----- Given records -----

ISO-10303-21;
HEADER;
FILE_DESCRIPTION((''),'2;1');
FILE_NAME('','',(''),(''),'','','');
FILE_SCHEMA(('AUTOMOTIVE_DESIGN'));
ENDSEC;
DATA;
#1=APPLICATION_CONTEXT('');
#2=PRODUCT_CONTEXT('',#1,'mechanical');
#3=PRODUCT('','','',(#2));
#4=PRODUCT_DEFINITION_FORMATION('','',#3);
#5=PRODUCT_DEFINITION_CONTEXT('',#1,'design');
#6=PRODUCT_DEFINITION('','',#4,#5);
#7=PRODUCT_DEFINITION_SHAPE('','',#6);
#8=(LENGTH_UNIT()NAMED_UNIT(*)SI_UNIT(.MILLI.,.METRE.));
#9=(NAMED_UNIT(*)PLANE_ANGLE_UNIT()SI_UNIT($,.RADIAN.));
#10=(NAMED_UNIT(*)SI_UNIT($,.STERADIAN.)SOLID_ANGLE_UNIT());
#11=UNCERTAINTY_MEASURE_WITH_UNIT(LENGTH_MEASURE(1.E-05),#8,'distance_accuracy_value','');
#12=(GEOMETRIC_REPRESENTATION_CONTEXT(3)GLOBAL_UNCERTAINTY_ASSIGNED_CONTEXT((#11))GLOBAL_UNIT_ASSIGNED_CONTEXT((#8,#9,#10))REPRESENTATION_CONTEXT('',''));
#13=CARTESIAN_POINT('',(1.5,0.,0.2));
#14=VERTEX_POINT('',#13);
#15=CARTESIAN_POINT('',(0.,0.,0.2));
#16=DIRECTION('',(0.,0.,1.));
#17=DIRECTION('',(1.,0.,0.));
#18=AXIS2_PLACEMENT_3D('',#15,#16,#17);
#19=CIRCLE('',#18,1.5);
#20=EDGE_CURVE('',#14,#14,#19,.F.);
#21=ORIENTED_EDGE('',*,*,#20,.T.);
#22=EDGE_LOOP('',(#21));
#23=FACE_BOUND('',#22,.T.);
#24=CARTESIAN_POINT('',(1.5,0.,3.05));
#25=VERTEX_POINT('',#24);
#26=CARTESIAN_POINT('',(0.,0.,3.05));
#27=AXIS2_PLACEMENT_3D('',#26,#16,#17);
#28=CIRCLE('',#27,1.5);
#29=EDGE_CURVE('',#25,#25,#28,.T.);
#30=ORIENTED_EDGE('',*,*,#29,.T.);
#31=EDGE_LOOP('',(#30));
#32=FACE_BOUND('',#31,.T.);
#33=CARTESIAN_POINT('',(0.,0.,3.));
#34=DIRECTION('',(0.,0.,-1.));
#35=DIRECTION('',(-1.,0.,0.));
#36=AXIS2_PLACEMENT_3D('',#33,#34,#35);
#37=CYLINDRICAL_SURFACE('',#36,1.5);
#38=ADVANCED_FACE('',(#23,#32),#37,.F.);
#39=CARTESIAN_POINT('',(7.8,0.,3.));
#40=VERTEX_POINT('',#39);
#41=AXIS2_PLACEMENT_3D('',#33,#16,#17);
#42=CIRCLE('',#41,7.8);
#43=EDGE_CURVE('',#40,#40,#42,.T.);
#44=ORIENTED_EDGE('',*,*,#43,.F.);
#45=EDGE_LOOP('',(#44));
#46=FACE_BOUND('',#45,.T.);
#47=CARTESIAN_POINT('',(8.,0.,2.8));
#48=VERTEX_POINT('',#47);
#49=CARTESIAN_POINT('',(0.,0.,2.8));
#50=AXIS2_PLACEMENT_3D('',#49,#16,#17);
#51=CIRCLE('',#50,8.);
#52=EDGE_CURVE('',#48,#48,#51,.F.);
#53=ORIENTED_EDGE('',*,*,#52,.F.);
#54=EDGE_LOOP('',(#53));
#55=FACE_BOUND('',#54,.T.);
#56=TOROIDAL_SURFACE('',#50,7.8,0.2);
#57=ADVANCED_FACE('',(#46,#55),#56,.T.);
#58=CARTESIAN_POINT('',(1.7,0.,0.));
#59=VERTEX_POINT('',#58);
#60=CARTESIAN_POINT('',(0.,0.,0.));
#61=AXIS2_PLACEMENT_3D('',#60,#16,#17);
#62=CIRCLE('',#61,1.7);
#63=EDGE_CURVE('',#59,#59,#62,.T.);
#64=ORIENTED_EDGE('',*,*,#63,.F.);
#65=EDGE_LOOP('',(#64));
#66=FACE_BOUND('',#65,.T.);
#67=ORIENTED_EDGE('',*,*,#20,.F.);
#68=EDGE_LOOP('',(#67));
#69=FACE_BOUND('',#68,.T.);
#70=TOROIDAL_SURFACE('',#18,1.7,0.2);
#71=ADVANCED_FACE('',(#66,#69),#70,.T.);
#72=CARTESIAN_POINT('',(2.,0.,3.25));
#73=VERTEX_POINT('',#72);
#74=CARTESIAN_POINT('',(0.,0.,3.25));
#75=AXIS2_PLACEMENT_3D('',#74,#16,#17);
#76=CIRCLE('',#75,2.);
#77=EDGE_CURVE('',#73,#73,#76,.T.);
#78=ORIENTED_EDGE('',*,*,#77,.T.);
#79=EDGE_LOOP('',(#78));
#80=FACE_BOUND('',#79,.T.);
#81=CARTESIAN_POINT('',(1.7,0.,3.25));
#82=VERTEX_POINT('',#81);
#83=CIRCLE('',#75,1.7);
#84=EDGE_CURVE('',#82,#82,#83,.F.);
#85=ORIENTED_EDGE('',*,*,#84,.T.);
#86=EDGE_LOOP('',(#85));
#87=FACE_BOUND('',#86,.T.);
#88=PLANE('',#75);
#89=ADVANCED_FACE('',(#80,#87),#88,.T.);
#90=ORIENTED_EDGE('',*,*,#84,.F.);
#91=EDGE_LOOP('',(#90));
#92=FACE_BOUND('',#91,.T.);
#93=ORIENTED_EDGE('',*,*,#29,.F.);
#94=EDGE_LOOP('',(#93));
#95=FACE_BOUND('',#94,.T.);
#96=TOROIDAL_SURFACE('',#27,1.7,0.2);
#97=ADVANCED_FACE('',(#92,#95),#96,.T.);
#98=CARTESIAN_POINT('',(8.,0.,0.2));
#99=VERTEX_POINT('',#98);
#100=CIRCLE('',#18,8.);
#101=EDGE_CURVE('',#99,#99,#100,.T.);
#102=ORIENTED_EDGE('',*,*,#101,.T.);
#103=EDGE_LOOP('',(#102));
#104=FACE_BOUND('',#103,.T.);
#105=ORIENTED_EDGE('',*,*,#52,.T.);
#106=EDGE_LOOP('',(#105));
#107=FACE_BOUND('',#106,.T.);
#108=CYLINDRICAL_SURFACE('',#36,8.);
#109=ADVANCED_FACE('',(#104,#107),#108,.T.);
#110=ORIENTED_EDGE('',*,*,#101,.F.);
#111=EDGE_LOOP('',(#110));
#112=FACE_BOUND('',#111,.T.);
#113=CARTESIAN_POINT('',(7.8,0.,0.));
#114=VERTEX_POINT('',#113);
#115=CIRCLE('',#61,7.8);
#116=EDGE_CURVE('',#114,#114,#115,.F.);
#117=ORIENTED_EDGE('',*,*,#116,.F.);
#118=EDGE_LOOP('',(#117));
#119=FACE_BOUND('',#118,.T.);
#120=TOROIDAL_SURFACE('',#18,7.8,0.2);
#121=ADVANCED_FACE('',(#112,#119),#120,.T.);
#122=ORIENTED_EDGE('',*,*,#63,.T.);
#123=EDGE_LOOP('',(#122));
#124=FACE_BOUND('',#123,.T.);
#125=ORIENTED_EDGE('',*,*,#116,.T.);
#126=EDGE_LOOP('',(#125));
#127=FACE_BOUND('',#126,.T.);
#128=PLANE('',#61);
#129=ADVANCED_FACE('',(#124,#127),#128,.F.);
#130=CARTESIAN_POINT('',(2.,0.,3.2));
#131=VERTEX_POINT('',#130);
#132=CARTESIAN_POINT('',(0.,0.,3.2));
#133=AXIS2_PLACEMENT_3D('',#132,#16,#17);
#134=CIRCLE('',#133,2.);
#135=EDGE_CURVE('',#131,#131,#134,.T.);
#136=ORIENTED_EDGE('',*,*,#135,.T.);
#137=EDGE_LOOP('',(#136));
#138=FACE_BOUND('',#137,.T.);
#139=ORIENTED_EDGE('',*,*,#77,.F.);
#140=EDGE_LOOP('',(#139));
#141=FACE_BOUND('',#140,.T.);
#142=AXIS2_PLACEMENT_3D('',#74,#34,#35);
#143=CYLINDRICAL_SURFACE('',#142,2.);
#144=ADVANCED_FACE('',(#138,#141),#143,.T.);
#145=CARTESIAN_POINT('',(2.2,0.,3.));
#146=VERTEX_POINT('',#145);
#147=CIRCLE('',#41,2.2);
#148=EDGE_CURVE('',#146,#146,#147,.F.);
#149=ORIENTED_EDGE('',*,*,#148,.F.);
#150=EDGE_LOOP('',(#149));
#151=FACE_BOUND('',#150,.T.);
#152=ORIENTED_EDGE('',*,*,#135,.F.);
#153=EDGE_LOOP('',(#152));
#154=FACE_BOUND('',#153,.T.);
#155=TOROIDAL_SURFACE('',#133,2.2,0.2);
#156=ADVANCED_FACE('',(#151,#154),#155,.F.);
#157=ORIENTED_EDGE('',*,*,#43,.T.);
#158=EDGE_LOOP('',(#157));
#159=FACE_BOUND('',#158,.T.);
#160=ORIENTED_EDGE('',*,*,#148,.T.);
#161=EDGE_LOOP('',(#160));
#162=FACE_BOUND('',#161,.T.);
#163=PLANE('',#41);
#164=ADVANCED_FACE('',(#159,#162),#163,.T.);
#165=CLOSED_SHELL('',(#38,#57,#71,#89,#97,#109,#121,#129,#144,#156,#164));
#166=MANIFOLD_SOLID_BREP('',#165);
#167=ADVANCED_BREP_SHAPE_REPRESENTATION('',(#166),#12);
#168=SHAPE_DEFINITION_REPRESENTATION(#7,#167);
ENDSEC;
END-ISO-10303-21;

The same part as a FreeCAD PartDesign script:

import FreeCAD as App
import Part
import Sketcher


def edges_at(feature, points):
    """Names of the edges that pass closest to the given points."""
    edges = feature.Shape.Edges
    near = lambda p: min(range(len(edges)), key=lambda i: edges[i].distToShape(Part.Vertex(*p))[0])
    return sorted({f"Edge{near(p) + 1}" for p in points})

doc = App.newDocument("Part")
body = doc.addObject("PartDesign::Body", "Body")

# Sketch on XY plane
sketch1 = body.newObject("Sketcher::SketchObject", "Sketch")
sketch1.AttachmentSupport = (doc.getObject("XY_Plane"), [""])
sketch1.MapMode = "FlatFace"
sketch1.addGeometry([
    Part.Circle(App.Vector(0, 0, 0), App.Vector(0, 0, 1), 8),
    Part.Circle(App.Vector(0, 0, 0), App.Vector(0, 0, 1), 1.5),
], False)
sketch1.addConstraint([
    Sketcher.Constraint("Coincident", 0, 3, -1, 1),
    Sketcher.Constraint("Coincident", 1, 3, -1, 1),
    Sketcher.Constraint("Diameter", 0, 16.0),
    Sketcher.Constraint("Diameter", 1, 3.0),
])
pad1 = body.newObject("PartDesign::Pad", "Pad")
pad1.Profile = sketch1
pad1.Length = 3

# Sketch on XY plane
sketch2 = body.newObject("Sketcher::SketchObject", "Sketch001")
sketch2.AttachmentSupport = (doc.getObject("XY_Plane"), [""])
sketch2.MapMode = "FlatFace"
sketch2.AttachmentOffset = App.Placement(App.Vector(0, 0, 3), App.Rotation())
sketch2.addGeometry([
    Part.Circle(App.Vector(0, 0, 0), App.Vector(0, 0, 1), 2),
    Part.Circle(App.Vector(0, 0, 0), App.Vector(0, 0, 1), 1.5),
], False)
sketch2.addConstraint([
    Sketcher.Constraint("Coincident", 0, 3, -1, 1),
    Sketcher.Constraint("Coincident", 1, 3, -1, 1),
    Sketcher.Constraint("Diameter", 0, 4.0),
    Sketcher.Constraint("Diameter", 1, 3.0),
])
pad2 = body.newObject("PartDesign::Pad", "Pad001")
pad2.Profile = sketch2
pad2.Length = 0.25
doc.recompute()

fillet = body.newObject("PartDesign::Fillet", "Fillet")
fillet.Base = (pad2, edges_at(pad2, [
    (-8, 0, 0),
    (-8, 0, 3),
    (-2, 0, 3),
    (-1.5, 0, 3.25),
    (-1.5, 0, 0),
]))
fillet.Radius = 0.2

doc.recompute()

-----
----- Given records -----

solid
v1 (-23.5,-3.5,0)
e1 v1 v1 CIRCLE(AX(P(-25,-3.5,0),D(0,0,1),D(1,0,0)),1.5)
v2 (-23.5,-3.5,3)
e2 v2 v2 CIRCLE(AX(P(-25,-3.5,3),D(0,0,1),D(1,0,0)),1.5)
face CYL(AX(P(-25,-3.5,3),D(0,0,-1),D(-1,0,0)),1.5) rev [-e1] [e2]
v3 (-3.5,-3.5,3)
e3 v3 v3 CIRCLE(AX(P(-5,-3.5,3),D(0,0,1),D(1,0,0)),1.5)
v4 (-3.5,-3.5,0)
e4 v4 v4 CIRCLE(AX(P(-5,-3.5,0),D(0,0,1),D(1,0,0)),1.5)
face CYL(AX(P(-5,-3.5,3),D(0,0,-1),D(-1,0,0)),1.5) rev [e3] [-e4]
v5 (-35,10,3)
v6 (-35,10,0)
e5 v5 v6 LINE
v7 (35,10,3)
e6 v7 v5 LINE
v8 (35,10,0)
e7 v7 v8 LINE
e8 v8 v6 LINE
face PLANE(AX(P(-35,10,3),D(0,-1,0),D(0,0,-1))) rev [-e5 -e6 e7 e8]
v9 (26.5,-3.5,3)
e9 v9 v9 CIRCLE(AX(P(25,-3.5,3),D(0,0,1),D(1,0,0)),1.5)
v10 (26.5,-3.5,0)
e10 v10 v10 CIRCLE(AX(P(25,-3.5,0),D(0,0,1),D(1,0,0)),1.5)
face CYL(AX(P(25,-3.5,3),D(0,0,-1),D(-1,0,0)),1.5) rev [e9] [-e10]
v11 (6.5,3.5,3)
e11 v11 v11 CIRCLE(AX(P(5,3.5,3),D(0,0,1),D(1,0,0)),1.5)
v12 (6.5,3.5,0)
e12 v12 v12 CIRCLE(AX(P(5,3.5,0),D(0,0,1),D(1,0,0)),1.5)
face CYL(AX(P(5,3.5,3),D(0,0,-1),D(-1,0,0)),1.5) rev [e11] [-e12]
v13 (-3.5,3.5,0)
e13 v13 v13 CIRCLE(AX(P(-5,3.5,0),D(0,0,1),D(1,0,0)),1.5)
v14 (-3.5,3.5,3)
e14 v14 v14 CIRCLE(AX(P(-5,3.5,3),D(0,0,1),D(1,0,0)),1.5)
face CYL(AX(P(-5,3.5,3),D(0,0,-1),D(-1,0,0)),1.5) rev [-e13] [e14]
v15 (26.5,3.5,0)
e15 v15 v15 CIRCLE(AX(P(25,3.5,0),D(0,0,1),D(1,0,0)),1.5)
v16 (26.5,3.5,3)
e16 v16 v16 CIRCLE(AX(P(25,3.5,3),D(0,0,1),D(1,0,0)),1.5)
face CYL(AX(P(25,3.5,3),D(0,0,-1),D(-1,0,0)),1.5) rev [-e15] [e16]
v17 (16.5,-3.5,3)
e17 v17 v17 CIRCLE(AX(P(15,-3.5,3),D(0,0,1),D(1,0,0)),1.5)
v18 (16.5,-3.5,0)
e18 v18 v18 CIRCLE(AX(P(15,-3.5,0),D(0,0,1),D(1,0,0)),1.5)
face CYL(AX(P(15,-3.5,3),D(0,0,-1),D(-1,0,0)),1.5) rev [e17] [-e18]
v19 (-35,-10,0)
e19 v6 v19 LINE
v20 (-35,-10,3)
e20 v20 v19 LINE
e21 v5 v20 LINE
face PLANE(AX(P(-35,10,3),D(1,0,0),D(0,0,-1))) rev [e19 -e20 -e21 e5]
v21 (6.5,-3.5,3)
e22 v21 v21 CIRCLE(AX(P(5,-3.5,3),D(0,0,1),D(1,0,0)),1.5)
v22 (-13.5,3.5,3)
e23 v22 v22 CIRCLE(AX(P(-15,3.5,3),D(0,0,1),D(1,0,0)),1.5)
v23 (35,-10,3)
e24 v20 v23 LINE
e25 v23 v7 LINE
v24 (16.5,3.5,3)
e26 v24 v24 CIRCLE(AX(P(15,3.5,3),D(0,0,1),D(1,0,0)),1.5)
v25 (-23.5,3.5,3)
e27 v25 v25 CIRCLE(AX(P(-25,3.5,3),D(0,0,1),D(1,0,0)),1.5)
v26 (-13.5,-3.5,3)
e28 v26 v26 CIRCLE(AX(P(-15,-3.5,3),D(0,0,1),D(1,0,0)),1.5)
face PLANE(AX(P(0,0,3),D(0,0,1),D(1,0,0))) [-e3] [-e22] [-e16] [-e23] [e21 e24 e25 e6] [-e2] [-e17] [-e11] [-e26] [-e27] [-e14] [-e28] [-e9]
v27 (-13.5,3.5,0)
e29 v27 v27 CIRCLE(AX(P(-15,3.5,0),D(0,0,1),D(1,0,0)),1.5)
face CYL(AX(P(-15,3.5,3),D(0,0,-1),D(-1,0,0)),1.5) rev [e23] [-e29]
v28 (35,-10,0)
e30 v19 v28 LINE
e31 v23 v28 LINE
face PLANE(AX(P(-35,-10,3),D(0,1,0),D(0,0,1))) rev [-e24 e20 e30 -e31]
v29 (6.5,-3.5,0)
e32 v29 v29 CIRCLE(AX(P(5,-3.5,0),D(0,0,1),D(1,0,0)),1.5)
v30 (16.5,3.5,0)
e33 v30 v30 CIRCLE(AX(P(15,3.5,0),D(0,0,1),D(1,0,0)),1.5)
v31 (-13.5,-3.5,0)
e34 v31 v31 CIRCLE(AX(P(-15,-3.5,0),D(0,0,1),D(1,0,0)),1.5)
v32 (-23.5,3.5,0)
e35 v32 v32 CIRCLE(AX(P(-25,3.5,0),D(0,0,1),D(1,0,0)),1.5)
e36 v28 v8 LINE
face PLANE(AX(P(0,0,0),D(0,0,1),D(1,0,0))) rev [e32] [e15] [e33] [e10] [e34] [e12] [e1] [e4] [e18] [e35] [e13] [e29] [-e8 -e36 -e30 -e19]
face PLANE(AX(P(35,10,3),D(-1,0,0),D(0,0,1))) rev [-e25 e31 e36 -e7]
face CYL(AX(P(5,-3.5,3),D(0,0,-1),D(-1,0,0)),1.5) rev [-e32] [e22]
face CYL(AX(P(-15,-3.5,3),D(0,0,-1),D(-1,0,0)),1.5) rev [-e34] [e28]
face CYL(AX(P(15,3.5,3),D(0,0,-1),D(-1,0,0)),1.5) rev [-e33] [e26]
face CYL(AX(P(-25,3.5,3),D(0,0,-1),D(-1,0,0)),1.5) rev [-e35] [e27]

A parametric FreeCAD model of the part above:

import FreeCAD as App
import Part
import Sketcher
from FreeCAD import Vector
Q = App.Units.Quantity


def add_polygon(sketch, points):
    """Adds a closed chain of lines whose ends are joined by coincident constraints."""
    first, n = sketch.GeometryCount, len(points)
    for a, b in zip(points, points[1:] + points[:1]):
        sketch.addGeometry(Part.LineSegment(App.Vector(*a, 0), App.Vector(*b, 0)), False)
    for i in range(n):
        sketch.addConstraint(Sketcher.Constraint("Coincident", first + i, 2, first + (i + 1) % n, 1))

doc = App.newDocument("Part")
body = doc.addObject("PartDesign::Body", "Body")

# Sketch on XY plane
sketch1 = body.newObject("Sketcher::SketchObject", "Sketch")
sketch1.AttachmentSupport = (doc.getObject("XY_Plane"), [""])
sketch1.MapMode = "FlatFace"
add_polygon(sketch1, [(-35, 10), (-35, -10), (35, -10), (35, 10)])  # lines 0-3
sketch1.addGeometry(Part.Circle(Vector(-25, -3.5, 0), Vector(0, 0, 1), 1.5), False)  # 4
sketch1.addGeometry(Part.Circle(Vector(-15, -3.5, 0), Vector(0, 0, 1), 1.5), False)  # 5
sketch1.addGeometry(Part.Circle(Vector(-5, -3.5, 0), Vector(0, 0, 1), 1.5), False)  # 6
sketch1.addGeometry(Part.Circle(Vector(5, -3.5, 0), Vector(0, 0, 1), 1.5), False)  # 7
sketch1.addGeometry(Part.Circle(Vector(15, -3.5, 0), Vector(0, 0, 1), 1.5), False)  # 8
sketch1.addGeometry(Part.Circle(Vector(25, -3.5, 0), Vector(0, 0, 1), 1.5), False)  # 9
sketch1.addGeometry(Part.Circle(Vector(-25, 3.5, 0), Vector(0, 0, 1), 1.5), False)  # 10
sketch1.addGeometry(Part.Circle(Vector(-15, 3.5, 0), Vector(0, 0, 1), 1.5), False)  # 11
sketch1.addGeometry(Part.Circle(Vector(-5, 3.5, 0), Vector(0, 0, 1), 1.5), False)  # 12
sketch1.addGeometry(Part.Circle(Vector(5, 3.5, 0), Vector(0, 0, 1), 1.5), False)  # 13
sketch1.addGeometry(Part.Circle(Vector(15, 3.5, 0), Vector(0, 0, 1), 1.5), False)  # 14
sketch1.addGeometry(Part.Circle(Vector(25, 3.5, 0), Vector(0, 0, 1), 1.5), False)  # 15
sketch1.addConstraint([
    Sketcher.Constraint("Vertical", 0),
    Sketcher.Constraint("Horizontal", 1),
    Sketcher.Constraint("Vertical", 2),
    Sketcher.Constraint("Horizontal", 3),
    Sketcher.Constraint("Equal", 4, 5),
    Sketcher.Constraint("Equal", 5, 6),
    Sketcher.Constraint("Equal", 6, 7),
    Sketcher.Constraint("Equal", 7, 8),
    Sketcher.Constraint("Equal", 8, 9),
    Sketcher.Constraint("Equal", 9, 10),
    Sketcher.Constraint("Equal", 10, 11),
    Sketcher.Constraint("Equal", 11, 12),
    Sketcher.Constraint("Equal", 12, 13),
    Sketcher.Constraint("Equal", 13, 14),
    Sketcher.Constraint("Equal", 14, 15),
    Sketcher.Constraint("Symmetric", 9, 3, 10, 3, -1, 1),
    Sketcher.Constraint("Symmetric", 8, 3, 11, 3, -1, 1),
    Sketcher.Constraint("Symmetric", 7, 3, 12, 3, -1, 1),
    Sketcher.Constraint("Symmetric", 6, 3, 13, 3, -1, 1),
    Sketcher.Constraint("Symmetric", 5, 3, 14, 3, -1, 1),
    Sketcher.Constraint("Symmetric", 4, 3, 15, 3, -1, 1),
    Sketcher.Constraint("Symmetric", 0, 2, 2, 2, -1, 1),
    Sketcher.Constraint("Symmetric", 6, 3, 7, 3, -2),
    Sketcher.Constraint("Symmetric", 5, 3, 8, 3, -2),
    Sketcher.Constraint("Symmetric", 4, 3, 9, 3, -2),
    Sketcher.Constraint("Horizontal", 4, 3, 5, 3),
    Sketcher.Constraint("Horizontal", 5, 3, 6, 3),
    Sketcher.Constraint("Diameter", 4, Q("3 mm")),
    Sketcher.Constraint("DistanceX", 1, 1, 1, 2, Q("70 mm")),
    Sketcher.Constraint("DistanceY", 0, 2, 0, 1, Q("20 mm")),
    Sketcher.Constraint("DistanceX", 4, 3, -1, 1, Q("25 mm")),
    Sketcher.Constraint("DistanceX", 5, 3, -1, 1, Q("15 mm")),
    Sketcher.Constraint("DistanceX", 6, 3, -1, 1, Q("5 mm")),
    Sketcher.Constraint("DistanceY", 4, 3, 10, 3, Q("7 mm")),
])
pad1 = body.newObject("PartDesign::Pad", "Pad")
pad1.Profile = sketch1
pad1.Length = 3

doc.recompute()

-----

**How to complete this task:** All that is wanted is a faithful reproduction of the line above with "#122=ORIENTED_EDGE('',*,*,#63,.T.);", the line with "#131=VERTEX_POINT('',#130);", and every line in between.

**Output for this task:**
#122=ORIENTED_EDGE('',*,*,#63,.T.);
#123=EDGE_LOOP('',(#122));
#124=FACE_BOUND('',#123,.T.);
#125=ORIENTED_EDGE('',*,*,#116,.T.);
#126=EDGE_LOOP('',(#125));
#127=FACE_BOUND('',#126,.T.);
#128=PLANE('',#61);
#129=ADVANCED_FACE('',(#124,#127),#128,.F.);
#130=CARTESIAN_POINT('',(2.,0.,3.2));
#131=VERTEX_POINT('',#130);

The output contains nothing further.